Yes, H.264 has brightness/fade compensation for past frames. It's called "weighted prediction".

The previous codec MPEG4 part 2 ASP (aka DivX&XviD) had "global motion compensation" which could encode scales and rotation, but like most things in that codec it was broken in practice. Most very clever ideas in compression either take too many bits to describe or can't be done in hardware.

userbinator · on Nov 5, 2016

It seems like a pretty difficult problem since there are so many permutations of applicable transformations.

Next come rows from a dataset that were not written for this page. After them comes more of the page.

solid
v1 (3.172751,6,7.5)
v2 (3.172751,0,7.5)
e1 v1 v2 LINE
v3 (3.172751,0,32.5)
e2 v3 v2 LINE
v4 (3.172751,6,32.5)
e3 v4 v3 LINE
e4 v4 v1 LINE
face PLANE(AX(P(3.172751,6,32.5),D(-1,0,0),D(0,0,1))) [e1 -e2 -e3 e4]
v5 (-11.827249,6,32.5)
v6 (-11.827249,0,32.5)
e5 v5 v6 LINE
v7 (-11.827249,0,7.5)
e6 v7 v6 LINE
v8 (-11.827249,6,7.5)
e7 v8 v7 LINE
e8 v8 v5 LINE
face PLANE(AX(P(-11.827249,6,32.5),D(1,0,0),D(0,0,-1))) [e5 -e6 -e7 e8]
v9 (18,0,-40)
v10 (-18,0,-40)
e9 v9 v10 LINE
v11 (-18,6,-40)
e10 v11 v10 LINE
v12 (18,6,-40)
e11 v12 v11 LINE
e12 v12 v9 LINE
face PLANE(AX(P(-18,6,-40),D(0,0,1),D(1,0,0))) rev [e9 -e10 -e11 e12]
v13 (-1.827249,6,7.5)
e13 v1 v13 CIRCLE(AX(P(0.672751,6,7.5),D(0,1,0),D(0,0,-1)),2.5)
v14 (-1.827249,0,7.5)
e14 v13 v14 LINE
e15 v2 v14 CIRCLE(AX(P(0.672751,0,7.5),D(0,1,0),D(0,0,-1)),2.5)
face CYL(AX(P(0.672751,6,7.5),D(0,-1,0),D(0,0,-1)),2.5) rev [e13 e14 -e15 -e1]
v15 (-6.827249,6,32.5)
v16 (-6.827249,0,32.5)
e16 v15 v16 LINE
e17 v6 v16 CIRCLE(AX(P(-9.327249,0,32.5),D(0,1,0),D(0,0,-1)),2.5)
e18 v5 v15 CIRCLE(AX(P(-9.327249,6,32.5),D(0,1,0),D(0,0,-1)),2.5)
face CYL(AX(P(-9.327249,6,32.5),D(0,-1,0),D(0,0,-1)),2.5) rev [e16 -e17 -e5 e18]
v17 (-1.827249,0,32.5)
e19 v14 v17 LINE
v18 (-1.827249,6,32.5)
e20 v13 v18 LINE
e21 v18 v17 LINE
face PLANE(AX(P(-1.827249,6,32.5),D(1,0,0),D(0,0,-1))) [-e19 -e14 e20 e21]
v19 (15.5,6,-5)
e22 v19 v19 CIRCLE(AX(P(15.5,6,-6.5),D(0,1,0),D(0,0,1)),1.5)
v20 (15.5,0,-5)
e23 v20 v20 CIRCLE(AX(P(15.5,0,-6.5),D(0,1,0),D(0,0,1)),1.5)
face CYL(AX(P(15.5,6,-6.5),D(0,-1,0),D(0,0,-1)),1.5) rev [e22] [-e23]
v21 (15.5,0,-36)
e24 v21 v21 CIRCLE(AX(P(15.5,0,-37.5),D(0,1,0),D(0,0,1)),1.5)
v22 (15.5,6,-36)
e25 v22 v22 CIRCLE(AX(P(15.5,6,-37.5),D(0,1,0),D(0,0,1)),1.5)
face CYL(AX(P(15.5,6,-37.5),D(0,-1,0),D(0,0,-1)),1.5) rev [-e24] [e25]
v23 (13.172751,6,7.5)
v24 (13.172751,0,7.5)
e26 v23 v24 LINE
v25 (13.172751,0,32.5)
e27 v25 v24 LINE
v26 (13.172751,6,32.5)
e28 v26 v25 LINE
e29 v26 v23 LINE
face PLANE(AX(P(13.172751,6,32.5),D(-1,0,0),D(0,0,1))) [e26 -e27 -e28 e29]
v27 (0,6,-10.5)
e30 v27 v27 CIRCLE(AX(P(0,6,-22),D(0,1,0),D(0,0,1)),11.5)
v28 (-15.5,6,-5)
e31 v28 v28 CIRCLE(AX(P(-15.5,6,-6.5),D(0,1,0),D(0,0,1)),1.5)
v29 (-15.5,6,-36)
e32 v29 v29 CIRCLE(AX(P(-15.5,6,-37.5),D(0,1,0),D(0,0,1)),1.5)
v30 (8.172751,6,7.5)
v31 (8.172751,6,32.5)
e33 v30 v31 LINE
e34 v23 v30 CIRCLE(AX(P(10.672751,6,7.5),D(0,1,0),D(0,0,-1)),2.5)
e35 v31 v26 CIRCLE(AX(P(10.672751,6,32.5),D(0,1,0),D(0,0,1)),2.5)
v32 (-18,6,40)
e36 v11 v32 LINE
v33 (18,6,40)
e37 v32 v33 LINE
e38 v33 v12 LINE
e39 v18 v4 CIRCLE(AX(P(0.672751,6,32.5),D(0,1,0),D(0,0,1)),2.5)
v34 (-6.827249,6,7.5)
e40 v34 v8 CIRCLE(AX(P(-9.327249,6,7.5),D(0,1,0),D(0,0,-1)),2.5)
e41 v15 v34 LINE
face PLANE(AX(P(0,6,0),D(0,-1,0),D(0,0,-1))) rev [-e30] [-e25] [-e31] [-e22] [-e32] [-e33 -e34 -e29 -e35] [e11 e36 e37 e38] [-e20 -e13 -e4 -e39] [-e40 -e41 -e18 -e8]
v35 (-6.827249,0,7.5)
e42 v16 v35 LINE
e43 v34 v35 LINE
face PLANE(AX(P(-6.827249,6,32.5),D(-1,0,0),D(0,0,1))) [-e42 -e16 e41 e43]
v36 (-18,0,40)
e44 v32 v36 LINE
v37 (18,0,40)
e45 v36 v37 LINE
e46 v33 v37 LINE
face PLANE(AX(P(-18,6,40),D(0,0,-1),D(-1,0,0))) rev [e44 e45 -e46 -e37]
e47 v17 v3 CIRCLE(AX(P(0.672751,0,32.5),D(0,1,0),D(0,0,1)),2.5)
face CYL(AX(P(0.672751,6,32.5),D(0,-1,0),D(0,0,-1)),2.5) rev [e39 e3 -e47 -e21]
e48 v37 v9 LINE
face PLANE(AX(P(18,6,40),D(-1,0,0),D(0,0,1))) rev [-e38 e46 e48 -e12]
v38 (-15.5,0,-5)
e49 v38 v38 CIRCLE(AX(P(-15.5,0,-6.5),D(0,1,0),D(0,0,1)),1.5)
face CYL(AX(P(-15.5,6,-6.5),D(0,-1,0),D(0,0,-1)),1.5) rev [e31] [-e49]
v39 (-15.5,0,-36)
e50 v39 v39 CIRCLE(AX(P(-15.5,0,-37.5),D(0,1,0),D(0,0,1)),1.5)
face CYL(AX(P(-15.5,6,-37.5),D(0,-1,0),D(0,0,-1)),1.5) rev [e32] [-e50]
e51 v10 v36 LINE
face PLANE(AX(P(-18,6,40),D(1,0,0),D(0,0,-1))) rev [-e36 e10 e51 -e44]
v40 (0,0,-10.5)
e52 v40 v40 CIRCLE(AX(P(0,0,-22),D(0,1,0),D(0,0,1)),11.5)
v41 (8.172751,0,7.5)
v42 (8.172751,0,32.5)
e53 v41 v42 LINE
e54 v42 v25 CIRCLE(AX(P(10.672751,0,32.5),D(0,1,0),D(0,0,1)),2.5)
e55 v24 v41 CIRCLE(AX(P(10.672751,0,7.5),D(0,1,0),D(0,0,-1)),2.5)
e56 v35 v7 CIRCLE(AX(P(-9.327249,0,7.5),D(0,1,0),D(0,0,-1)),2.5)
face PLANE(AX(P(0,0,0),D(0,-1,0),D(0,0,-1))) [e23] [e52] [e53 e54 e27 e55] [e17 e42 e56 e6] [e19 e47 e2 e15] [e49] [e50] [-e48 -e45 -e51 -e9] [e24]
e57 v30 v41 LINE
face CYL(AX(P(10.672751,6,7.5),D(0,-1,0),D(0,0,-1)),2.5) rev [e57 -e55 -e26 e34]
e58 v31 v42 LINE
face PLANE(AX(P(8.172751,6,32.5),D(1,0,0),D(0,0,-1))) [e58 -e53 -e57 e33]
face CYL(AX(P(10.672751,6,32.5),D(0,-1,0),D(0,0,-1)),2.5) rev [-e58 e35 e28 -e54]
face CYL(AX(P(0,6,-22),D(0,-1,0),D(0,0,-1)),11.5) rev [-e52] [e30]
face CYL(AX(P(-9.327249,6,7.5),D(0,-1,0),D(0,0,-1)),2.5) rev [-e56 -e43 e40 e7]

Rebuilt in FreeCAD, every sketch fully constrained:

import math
import FreeCAD as App
import Part
import Sketcher
Q = App.Units.Quantity

doc = App.newDocument("Part")
body = doc.addObject("PartDesign::Body", "Body")

sketch1 = doc.addObject("Sketcher::SketchObject", "Sketch")
body.addObject(sketch1)
sketch1.AttachmentSupport = (doc.XZ_Plane, [""])
sketch1.MapMode = "FlatFace"
sketch1.addGeometry([
    Part.LineSegment(App.Vector(-18, -40, 0), App.Vector(-18, 40, 0)),
    Part.LineSegment(App.Vector(-18, 40, 0), App.Vector(18, 40, 0)),
    Part.LineSegment(App.Vector(18, 40, 0), App.Vector(18, -40, 0)),
    Part.LineSegment(App.Vector(18, -40, 0), App.Vector(-18, -40, 0)),
    Part.LineSegment(App.Vector(-6.827249, 7.5, 0), App.Vector(-6.827249, 32.5, 0)),
    Part.ArcOfCircle(Part.Circle(App.Vector(-9.327249, 32.5, 0), App.Vector(0, 0, 1), 2.5), math.radians(0), math.radians(180)),
    Part.LineSegment(App.Vector(-11.827249, 32.5, 0), App.Vector(-11.827249, 7.5, 0)),
    Part.ArcOfCircle(Part.Circle(App.Vector(-9.327249, 7.5, 0), App.Vector(0, 0, 1), 2.5), math.radians(180), math.radians(360)),
    Part.ArcOfCircle(Part.Circle(App.Vector(0.672751, 32.5, 0), App.Vector(0, 0, 1), 2.5), math.radians(0), math.radians(180)),
    Part.LineSegment(App.Vector(-1.827249, 32.5, 0), App.Vector(-1.827249, 7.5, 0)),
    Part.ArcOfCircle(Part.Circle(App.Vector(0.672751, 7.5, 0), App.Vector(0, 0, 1), 2.5), math.radians(180), math.radians(360)),
    Part.LineSegment(App.Vector(3.172751, 7.5, 0), App.Vector(3.172751, 32.5, 0)),
    Part.ArcOfCircle(Part.Circle(App.Vector(10.672751, 32.5, 0), App.Vector(0, 0, 1), 2.5), math.radians(0), math.radians(180)),
    Part.LineSegment(App.Vector(8.172751, 32.5, 0), App.Vector(8.172751, 7.5, 0)),
    Part.ArcOfCircle(Part.Circle(App.Vector(10.672751, 7.5, 0), App.Vector(0, 0, 1), 2.5), math.radians(180), math.radians(360)),
    Part.LineSegment(App.Vector(13.172751, 7.5, 0), App.Vector(13.172751, 32.5, 0)),
    Part.Circle(App.Vector(-15.5, -6.5, 0), App.Vector(0, 0, 1), 1.5),
    Part.Circle(App.Vector(-15.5, -37.5, 0), App.Vector(0, 0, 1), 1.5),
    Part.Circle(App.Vector(15.5, -6.5, 0), App.Vector(0, 0, 1), 1.5),
    Part.Circle(App.Vector(0, -22, 0), App.Vector(0, 0, 1), 11.5),
    Part.Circle(App.Vector(15.5, -37.5, 0), App.Vector(0, 0, 1), 1.5),
], False)
sketch1.addConstraint([
    Sketcher.Constraint("Coincident", 0, 2, 1, 1),
    Sketcher.Constraint("Coincident", 1, 2, 2, 1),
    Sketcher.Constraint("Coincident", 2, 2, 3, 1),
    Sketcher.Constraint("Coincident", 3, 2, 0, 1),
    Sketcher.Constraint("Tangent", 4, 2, 5, 1),
    Sketcher.Constraint("Tangent", 5, 2, 6, 1),
    Sketcher.Constraint("Tangent", 6, 2, 7, 1),
    Sketcher.Constraint("Tangent", 7, 2, 4, 1),
    Sketcher.Constraint("Tangent", 8, 2, 9, 1),
    Sketcher.Constraint("Tangent", 9, 2, 10, 1),
    Sketcher.Constraint("Tangent", 10, 2, 11, 1),
    Sketcher.Constraint("Tangent", 11, 2, 8, 1),
    Sketcher.Constraint("Tangent", 12, 2, 13, 1),
    Sketcher.Constraint("Tangent", 13, 2, 14, 1),
    Sketcher.Constraint("Tangent", 14, 2, 15, 1),
    Sketcher.Constraint("Tangent", 15, 2, 12, 1),
    Sketcher.Constraint("Vertical", 0),
    Sketcher.Constraint("Horizontal", 1),
    Sketcher.Constraint("Vertical", 2),
    Sketcher.Constraint("Horizontal", 3),
    Sketcher.Constraint("Vertical", 4),
    Sketcher.Constraint("Vertical", 6),
    Sketcher.Constraint("Vertical", 9),
    Sketcher.Constraint("Vertical", 11),
    Sketcher.Constraint("Vertical", 13),
    Sketcher.Constraint("Vertical", 15),
    Sketcher.Constraint("Equal", 7, 8),
    Sketcher.Constraint("Equal", 10, 12),
    Sketcher.Constraint("Equal", 16, 17),
    Sketcher.Constraint("Equal", 17, 18),
    Sketcher.Constraint("Equal", 18, 20),
    Sketcher.Constraint("Symmetric", 0, 2, 2, 2, -1, 1),
    Sketcher.Constraint("Symmetric", 16, 3, 18, 3, -2),
    Sketcher.Constraint("Symmetric", 17, 3, 20, 3, -2),
    Sketcher.Constraint("PointOnObject", 19, 3, -2),
    Sketcher.Constraint("Horizontal", 5, 3, 8, 3),
    Sketcher.Constraint("Horizontal", 7, 3, 10, 3),
    Sketcher.Constraint("Horizontal", 8, 3, 12, 3),
    Sketcher.Constraint("Horizontal", 10, 3, 14, 3),
    Sketcher.Constraint("Vertical", 16, 3, 17, 3),
    Sketcher.Constraint("Diameter", 16, Q("3 mm")),
    Sketcher.Constraint("Diameter", 19, Q("23 mm")),
    Sketcher.Constraint("Radius", 5, Q("2.5 mm")),
    Sketcher.Constraint("DistanceX", 1, 1, 1, 2, Q("36 mm")),
    Sketcher.Constraint("DistanceY", 0, 1, 0, 2, Q("80 mm")),
    Sketcher.Constraint("DistanceY", 4, 1, 4, 2, Q("25 mm")),
    Sketcher.Constraint("DistanceY", 19, 3, -1, 1, Q("22 mm")),
    Sketcher.Constraint("DistanceX", 5, 3, 8, 3, Q("10 mm")),
    Sketcher.Constraint("DistanceX", 8, 3, 12, 3, Q("10 mm")),
    Sketcher.Constraint("DistanceY", 16, 3, 7, 3, Q("14 mm")),
    Sketcher.Constraint("DistanceY", 17, 3, 16, 3, Q("31 mm")),
    Sketcher.Constraint("DistanceX", 16, 3, 18, 3, Q("31 mm")),
    Sketcher.Constraint("DistanceY", -1, 1, 5, 3, Q("32.5 mm")),
    Sketcher.Constraint("DistanceX", 5, 3, -1, 1, Q("9.327249 mm")),
])
pad1 = doc.addObject("PartDesign::Pad", "Pad")
body.addObject(pad1)
pad1.Profile = sketch1
pad1.Length = 6
pad1.Reversed = True

doc.recompute()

That's part of why video encoding can be very slow --- with motion compensation, to produce the best results the encoder should search through all the possible motion vectors and pick the one that gives the best match. To speed things up, at a slight cost in compression ratio, not all of them are searched, and there are heuristics on choosing a close-to-optimal one instead: https://en.wikipedia.org/wiki/Block-matching_algorithm

amluto · on Nov 4, 2016

Now I'm out of my depth, but I think motion compensation does okay at rotation and scaling. The motion vector varies throughout the frame, and I think codecs interpolate it, so all kinds of warping can be represented.

nitrogen · on Nov 4, 2016

As evidence of this, sometimes when an I-frame is dropped from a stream or you jump around in a stream you can see the texture of what was previously on the screen wrapped convincingly around the 3D surface of what's now supposed to be on the screen, all accomplished with 2D motion vectors.